Une salle blanche est une pièce où la présence de poussières est contrôlée afin de réaliser des opérations de recherches dans un environnement le plus propre possible. Elle est en surpression et ventilée. Les personnes y entrant doivent porter une combinaison, des gants, des surchaussures et une charlotte.

Séverine Vivies et Andréa Nicollet m’ont fait visiter la salle blanche. Elles m’ont présenté les différents équipements. Elles ont ensuite fait la démonstration de la réalisation d’un wafer, une plaque de semi-conducteur utilisée en électronique.

La plaque avait été préalablement recouverte d’une couche de titane puis d'or. Elle a ensuite été recouverte d’une résine photosensible et mise en rotation pour qu’il soit réparti de manière homogène.

Le wafer a été recouvert d’un cache opaque aux endroits où le circuit doit être gravé et transparent là où les matériaux conducteurs doivent disparaître. Il a alors été exposé à une lumière pour dégrader le vernis sous les zones transparentes. Ensuite, il  a été chauffé pour évacuer les solvants contenus dans la résine. Puis placé dans une solution, dite développeur, pour enlever la résine des zones exposées à la lumière. Il a été trempé dans une première solution pour enlever l’or, puis une deuxième solution pour enlever le titane.

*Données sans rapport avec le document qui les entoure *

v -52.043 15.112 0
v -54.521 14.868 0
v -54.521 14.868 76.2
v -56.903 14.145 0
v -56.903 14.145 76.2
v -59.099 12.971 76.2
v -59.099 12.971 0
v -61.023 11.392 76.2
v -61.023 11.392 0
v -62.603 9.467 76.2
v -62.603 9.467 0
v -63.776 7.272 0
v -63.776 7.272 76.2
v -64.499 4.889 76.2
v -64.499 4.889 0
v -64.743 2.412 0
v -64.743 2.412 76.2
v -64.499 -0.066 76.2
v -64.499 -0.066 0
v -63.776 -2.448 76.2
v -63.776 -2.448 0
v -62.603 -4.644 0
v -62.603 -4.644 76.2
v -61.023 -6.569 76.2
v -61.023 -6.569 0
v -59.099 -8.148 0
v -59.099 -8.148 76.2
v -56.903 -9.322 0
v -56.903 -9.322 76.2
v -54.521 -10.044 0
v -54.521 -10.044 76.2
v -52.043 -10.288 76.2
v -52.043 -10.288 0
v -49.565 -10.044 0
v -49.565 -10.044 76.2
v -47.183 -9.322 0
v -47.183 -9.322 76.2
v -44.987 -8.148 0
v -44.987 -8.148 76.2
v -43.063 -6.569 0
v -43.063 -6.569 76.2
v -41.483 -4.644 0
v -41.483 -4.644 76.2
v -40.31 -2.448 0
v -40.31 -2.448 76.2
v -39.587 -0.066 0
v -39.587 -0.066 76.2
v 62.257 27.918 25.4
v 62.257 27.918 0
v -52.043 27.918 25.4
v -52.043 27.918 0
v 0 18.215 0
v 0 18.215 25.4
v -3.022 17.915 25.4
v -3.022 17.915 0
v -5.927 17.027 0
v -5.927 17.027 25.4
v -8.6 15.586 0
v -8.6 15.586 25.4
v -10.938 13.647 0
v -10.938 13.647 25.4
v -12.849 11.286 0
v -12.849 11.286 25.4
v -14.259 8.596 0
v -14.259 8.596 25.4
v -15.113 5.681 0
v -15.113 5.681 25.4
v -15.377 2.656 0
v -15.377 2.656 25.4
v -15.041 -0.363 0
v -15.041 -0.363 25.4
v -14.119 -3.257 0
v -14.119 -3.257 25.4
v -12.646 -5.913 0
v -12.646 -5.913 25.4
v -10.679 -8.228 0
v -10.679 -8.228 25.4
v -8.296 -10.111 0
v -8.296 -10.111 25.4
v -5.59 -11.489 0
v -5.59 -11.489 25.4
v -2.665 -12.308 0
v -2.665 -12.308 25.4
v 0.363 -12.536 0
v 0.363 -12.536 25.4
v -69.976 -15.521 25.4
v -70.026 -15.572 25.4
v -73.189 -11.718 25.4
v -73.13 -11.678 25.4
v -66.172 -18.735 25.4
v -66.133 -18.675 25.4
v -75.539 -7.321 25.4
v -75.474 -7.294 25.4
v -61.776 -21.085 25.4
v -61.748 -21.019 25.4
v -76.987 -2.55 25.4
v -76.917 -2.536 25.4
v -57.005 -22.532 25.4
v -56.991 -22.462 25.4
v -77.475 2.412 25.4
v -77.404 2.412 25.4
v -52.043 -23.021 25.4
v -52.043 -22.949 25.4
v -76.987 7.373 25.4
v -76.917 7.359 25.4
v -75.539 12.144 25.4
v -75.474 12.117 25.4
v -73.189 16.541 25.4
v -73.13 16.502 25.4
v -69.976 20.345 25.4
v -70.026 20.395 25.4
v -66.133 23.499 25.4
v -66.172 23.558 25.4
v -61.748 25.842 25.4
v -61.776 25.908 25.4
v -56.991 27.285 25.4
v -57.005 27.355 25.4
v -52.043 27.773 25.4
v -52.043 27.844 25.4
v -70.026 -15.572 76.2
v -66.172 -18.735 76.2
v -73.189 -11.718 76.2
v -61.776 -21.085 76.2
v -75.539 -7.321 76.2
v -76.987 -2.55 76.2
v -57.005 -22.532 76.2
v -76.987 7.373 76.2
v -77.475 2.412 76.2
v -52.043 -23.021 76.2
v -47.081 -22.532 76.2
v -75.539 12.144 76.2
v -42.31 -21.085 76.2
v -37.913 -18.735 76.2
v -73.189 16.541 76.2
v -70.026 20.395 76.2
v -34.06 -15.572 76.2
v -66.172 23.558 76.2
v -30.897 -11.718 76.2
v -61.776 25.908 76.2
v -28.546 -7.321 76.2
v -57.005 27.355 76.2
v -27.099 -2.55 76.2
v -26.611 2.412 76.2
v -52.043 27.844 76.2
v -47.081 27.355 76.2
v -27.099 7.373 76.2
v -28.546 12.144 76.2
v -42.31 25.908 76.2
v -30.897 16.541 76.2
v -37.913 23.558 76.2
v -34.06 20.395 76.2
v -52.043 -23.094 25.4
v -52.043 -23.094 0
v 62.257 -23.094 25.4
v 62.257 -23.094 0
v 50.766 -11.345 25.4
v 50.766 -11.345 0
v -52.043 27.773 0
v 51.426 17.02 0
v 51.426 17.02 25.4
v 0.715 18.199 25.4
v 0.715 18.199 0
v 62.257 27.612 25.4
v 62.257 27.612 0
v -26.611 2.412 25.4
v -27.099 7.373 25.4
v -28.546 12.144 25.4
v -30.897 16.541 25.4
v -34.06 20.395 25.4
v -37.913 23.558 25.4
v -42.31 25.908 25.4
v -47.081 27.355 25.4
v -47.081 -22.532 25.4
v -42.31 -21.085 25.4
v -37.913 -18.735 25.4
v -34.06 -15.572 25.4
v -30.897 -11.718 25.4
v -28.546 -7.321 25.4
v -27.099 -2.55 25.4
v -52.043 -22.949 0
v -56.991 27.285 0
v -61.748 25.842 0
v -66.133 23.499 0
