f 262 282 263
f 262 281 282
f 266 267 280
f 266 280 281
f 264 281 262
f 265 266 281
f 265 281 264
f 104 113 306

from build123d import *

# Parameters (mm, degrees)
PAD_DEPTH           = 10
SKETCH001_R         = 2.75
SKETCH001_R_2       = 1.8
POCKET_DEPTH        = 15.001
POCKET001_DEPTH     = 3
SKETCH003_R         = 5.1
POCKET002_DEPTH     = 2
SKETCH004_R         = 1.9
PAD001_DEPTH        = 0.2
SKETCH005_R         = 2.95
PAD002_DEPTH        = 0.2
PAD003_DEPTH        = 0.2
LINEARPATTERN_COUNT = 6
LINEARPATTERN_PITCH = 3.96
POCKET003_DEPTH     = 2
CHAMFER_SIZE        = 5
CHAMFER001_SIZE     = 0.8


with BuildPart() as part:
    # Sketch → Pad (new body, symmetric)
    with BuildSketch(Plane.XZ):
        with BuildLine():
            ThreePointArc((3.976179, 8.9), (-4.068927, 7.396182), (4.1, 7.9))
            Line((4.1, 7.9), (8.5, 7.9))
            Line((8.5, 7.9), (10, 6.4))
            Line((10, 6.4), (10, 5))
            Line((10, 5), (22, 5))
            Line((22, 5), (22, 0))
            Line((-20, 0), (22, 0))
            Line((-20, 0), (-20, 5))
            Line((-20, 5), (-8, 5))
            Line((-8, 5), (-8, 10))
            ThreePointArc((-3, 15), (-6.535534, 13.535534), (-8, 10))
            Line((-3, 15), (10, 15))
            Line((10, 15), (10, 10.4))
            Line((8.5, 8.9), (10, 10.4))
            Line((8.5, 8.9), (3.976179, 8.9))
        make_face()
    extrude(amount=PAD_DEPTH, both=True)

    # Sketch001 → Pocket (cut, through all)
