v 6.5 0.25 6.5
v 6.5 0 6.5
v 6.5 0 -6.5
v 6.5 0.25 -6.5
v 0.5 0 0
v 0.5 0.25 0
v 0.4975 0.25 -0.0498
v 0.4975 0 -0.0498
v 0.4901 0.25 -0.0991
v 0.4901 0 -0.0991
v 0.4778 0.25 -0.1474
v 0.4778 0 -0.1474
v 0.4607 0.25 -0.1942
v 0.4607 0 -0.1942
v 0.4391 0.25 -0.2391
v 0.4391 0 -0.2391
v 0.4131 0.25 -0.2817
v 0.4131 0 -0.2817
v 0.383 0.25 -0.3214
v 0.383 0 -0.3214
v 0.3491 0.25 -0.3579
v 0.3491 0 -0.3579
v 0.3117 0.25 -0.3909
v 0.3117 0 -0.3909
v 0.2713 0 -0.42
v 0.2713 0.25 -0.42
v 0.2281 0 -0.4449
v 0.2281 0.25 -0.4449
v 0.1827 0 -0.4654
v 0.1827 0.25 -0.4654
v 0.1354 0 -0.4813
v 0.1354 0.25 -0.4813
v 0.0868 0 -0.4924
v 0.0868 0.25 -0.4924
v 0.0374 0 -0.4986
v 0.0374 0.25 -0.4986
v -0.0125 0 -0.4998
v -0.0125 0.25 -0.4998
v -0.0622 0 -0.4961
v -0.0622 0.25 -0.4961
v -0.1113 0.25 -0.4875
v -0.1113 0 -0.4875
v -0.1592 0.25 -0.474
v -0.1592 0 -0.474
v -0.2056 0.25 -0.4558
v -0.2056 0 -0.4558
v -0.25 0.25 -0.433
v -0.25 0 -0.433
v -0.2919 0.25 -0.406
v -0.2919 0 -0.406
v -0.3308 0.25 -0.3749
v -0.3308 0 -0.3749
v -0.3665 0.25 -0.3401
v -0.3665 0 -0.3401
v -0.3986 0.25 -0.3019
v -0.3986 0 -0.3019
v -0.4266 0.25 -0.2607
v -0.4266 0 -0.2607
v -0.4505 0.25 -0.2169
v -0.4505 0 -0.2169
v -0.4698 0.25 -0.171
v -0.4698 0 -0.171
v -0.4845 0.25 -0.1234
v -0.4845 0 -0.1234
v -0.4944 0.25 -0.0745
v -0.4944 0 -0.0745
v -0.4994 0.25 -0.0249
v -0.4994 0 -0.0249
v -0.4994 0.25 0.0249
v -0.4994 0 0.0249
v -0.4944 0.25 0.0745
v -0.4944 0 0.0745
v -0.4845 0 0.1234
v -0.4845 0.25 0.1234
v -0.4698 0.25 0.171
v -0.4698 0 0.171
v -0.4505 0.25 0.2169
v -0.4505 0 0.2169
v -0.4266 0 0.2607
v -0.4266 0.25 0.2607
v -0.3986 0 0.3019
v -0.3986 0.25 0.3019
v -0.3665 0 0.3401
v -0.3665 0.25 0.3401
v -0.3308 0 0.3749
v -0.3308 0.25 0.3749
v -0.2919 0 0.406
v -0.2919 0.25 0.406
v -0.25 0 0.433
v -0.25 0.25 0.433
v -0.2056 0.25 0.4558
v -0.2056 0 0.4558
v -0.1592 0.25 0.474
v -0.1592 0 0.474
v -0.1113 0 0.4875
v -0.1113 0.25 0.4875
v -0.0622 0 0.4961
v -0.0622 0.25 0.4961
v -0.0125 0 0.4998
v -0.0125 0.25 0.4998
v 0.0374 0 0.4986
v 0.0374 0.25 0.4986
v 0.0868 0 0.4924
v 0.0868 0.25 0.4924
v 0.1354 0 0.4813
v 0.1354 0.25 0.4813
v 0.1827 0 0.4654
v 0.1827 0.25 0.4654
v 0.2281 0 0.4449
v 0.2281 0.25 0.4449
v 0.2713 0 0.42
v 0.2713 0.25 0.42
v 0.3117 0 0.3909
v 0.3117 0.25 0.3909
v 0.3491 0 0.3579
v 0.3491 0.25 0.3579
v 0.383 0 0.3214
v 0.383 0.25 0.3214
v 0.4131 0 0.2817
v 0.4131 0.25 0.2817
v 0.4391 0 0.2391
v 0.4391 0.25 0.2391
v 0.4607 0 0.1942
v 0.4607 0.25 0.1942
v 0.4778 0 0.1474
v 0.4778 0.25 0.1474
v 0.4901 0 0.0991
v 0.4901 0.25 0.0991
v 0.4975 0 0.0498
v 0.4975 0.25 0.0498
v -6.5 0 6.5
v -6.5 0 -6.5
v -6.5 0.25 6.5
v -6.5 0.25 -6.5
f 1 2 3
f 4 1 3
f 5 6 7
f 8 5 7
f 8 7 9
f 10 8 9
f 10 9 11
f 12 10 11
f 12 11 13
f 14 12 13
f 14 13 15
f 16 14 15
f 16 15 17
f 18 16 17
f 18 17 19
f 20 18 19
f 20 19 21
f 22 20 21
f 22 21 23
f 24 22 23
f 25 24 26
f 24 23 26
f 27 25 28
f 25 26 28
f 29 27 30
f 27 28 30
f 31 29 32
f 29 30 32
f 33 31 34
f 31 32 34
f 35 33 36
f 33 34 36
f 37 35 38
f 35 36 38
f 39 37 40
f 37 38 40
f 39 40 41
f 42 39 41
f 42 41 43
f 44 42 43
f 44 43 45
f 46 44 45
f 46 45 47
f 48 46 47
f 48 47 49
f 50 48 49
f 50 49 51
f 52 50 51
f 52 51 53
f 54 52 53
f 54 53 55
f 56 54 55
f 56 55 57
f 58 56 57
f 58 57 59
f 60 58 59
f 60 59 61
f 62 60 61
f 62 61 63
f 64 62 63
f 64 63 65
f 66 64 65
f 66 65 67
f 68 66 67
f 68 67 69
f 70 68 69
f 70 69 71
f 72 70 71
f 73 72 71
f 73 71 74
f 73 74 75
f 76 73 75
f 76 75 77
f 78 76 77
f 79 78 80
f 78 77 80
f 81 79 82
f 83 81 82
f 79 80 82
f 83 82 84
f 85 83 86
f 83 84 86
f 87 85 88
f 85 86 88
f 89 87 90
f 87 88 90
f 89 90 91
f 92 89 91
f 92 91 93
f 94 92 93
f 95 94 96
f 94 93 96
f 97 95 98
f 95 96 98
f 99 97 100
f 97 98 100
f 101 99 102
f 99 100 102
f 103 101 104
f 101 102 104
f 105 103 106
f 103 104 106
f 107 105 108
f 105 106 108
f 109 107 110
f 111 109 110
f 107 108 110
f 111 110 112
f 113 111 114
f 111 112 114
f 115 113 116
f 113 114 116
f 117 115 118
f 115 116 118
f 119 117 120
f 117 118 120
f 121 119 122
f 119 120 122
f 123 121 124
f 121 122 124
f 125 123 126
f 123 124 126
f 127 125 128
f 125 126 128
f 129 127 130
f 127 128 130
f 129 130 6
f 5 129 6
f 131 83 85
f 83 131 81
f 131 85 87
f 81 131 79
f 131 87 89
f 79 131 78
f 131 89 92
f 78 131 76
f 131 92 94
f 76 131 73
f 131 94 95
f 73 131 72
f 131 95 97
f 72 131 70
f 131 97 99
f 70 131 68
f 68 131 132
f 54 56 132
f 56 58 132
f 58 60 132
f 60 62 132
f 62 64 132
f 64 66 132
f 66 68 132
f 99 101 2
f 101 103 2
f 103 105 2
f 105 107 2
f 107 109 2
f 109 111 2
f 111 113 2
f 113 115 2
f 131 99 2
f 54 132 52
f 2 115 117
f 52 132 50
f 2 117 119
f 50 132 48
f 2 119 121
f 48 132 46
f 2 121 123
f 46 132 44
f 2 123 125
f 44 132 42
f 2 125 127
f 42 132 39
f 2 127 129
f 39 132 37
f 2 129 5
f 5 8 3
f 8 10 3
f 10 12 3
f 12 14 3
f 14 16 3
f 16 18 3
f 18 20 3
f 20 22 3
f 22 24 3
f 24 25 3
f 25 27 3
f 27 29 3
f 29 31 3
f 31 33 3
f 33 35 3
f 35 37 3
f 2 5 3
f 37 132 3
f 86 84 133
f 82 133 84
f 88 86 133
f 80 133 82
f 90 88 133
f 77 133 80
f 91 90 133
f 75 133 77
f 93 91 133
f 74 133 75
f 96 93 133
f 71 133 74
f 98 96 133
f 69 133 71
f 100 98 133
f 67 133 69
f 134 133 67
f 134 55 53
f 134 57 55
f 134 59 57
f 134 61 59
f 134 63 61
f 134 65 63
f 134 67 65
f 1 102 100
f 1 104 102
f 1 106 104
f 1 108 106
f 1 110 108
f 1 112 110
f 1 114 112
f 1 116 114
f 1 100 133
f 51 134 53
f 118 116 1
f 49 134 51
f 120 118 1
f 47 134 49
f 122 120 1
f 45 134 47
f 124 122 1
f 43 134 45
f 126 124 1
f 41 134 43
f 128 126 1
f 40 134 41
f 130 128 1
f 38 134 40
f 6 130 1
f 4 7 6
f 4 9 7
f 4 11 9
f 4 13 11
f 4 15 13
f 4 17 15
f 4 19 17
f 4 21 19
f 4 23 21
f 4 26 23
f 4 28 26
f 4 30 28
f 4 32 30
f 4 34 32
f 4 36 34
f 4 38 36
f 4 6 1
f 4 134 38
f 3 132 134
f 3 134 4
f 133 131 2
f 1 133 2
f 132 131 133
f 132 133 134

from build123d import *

# Parameters (mm, degrees)
SKETCH1_W       = 13
SKETCH1_H       = 13
MESH_DEPTH      = 0.25
HOLE_DEPTH      = 10
HOLE_DEPTH_BACK = 10
SKETCH2_R       = 0.5


with BuildPart() as part:
    # Sketch1 → Mesh (new body)
    with BuildSketch(Plane(origin=(0, 0, 0), x_dir=(1, 0, 0), z_dir=(0, 1, 0))):
        Rectangle(SKETCH1_W, SKETCH1_H)
    extrude(amount=MESH_DEPTH)

    # Sketch2 → Hole (cut, two sides: drawn at the far end of the back side and taken through both)
    with BuildSketch(Plane(origin=(0, 0.25, 0), x_dir=(1, 0, 0), z_dir=(0, 1, 0)).offset(-HOLE_DEPTH_BACK)):
        Circle(SKETCH2_R)
    extrude(amount=HOLE_DEPTH + HOLE_DEPTH_BACK, mode=Mode.SUBTRACT)


solid = part.part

Il ne restait plus qu'à nettoyer à l'acétone pour retirer la résine qui a servi de masquage. Ainsi, le circuit imprimé est réalisé.

 

 

Je remercie Hugues Granier de m'avoir permis de faire cette visite. Je remercie Séverine Vivies et Andréa Nicollet pour leurs explications lors de la visite ainsi que leur disponibilité.